PROBLEM STATEMENT: Reproduce the records below exactly, but only between the lines holding "END-ISO-10303-21;" and "FreeCAD Python script", inclusive.

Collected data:
++++++++++

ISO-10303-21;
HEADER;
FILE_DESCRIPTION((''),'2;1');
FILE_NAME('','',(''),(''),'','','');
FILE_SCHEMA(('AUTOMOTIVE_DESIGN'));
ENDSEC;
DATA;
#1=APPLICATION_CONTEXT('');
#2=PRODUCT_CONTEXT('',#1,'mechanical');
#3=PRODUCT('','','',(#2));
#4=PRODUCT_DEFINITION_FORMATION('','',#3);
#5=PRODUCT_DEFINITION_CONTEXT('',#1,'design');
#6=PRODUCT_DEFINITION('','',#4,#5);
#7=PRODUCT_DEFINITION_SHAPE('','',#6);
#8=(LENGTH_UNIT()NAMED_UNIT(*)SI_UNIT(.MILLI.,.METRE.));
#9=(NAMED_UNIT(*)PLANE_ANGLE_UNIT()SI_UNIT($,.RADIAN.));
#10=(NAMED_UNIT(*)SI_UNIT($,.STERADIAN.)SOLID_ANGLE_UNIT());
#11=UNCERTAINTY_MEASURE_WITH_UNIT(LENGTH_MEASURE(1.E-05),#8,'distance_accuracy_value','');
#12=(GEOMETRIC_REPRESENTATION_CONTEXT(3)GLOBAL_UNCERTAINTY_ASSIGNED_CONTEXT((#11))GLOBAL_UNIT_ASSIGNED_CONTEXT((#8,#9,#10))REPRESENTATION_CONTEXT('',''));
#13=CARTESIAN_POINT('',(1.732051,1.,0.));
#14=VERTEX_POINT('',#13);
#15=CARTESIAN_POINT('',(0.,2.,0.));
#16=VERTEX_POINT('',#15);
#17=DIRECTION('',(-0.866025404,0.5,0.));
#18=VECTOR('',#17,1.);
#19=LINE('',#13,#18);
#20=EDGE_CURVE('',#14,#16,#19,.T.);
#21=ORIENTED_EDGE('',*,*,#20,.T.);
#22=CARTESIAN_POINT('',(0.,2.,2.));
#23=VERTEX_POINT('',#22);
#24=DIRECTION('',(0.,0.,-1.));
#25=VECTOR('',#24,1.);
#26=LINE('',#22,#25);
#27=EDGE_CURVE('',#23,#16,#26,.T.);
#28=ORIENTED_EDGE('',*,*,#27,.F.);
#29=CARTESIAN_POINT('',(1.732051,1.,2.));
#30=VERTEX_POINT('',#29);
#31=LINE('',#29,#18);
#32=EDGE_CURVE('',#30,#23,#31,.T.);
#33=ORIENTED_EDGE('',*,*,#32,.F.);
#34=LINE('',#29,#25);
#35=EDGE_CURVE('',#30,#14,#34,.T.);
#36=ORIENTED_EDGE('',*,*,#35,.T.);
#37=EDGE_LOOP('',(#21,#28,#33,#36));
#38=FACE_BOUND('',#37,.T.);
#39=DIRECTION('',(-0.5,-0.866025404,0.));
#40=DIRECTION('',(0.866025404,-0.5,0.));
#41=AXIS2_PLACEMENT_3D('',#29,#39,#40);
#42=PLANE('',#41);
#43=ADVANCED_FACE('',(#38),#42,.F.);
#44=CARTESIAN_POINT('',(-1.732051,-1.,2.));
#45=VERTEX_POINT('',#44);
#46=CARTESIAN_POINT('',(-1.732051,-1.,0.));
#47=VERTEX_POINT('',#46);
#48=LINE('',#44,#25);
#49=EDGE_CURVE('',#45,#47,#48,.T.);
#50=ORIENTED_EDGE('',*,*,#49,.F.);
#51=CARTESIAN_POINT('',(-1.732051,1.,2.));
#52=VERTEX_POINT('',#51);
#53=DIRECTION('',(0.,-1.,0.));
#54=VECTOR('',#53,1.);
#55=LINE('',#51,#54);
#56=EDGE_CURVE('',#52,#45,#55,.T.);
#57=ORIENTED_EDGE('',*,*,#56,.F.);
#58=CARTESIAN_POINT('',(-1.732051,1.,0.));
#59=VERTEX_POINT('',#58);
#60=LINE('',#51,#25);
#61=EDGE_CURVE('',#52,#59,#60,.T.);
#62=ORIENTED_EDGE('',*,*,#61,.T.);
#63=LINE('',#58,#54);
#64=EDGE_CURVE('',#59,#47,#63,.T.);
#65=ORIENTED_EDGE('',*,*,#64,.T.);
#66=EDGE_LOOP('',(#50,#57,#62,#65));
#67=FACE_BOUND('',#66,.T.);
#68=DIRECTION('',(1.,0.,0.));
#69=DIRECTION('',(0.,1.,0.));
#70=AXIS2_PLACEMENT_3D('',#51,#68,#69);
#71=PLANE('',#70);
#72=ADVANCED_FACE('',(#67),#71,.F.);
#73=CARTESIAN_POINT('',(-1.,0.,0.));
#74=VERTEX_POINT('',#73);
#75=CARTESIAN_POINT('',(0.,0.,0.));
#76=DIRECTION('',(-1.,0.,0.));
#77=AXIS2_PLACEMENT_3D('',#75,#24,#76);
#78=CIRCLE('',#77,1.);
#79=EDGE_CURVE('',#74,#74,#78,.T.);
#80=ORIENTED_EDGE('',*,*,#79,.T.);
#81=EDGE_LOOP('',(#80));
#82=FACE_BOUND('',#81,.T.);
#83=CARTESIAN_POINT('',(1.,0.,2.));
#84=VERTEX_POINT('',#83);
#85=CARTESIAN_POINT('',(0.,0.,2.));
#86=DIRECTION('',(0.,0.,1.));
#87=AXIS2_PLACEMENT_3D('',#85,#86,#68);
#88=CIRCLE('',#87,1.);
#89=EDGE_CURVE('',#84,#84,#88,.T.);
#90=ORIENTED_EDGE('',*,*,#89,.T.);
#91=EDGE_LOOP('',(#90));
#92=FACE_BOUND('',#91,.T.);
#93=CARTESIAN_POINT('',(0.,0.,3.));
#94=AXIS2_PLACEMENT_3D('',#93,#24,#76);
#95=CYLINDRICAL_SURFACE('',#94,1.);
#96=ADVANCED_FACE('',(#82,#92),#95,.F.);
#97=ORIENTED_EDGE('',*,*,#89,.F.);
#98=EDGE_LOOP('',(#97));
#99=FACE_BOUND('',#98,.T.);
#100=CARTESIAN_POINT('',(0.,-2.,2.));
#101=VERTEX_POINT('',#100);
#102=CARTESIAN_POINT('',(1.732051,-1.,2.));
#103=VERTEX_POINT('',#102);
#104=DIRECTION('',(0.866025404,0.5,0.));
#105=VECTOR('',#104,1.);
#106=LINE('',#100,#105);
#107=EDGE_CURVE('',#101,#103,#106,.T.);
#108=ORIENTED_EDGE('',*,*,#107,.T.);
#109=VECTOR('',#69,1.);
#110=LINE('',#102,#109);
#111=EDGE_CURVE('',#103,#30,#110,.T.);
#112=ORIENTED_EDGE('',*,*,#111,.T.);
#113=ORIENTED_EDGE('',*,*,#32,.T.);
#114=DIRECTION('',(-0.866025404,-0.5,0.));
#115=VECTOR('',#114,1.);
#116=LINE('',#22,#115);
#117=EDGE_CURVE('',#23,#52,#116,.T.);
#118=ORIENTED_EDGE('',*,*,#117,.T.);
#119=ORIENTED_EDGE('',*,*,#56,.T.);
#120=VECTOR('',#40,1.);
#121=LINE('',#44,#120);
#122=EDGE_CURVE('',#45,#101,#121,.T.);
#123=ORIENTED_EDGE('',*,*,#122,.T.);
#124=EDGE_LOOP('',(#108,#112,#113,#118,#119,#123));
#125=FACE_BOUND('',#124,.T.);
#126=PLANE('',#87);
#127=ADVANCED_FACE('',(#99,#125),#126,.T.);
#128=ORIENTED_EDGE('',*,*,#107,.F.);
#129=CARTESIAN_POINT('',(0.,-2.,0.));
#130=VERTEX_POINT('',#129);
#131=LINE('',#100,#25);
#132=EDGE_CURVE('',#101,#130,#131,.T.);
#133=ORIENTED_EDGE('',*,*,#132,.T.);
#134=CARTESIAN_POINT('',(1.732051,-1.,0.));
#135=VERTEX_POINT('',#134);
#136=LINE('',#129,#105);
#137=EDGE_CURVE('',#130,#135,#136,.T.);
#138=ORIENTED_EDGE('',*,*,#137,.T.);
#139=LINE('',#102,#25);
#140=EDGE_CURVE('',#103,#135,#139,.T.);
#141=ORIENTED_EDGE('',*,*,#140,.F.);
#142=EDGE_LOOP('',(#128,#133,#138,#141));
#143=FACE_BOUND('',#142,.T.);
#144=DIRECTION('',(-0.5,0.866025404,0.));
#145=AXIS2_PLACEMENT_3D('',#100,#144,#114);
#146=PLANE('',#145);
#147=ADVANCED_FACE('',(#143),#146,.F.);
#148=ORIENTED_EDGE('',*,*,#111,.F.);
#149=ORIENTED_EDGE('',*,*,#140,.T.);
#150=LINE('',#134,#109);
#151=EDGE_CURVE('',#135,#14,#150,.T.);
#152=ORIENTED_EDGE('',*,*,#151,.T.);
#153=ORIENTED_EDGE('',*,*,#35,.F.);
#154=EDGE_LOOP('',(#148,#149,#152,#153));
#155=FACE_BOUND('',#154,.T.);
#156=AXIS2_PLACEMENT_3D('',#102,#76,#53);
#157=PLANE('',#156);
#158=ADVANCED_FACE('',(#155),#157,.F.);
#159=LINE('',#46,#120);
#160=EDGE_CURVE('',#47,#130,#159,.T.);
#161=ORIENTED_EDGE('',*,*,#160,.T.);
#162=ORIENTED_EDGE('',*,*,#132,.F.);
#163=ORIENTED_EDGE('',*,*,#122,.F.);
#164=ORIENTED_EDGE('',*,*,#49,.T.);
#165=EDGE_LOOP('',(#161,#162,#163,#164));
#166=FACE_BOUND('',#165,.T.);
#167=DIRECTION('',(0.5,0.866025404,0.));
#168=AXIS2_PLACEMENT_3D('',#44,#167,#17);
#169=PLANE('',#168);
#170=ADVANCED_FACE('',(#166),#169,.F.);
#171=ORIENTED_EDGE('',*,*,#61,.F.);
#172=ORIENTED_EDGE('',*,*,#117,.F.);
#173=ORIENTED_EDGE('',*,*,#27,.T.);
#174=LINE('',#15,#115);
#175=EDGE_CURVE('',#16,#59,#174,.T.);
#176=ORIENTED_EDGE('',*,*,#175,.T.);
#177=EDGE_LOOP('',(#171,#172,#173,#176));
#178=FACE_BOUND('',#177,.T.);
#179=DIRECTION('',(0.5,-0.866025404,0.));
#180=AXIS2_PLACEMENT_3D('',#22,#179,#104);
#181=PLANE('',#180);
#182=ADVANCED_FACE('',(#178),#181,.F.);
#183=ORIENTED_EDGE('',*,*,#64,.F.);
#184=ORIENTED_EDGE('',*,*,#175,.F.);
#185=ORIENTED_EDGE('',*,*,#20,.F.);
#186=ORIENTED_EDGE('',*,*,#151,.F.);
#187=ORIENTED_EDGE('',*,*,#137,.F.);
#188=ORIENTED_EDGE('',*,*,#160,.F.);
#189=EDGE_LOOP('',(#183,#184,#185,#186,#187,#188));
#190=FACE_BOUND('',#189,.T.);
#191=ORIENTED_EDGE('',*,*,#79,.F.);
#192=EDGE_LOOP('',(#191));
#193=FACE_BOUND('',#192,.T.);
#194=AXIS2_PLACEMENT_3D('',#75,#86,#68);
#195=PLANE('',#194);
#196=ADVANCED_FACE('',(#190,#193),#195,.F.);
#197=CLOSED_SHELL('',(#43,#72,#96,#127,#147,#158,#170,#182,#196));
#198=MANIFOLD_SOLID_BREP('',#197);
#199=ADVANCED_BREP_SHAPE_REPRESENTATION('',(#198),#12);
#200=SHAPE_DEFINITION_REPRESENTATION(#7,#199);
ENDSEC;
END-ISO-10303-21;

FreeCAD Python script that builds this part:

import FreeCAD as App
import Part
import Sketcher
Q = App.Units.Quantity


def add_polygon(sketch, points):
    """Adds a closed chain of lines whose ends are joined by coincident constraints."""
    first, n = sketch.GeometryCount, len(points)
    for a, b in zip(points, points[1:] + points[:1]):
        sketch.addGeometry(Part.LineSegment(App.Vector(*a, 0), App.Vector(*b, 0)), False)
    for i in range(n):
        sketch.addConstraint(Sketcher.Constraint("Coincident", first + i, 2, first + (i + 1) % n, 1))

doc = App.newDocument("Part")
body = doc.addObject("PartDesign::Body", "Body")

# Sketch on XY plane
sketch1 = doc.addObject("Sketcher::SketchObject", "Sketch")
body.addObject(sketch1)
sketch1.AttachmentSupport = (doc.XY_Plane, [""])
sketch1.MapMode = "FlatFace"
add_polygon(sketch1, [(0, 2), (-1.732051, 1), (-1.732051, -1), (0, -2), (1.732051, -1), (1.732051, 1)])  # lines 0-5
sketch1.addConstraint([
    Sketcher.Constraint("Vertical", 1),
    Sketcher.Constraint("Vertical", 4),
    Sketcher.Constraint("Symmetric", 0, 2, 3, 2, -1, 1),
    Sketcher.Constraint("Symmetric", 2, 2, 5, 2, -1, 1),
    Sketcher.Constraint("PointOnObject", 2, 2, -2),
    Sketcher.Constraint("Parallel", 2, 5),
    Sketcher.Constraint("Horizontal", 1, 2, 3, 2),
    Sketcher.Constraint("DistanceY", 1, 2, 1, 1, 2.0),
    Sketcher.Constraint("Angle", 0, Q("-150 deg")),
    Sketcher.Constraint("Distance", 0, 2.0),
])
pad1 = doc.addObject("PartDesign::Pad", "Pad")
body.addObject(pad1)
pad1.Profile = sketch1
pad1.Length = 2

# Sketch on XY plane
sketch2 = doc.addObject("Sketcher::SketchObject", "Sketch001")
body.addObject(sketch2)
sketch2.AttachmentSupport = (doc.XY_Plane, [""])
sketch2.MapMode = "FlatFace"
sketch2.addGeometry(Part.Circle(App.Vector(0, 0, 0), App.Vector(0, 0, 1), 1), False)
sketch2.addConstraint([
    Sketcher.Constraint("Coincident", 0, 3, -1, 1),
    Sketcher.Constraint("Diameter", 0, 2.0),
])
pocket1 = doc.addObject("PartDesign::Pocket", "Pocket")
body.addObject(pocket1)
pocket1.Profile = sketch2
pocket1.Length = 3
pocket1.Reversed = True

doc.recompute()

++++++++++

FINAL ANSWER:
END-ISO-10303-21;

FreeCAD Python script that builds this part:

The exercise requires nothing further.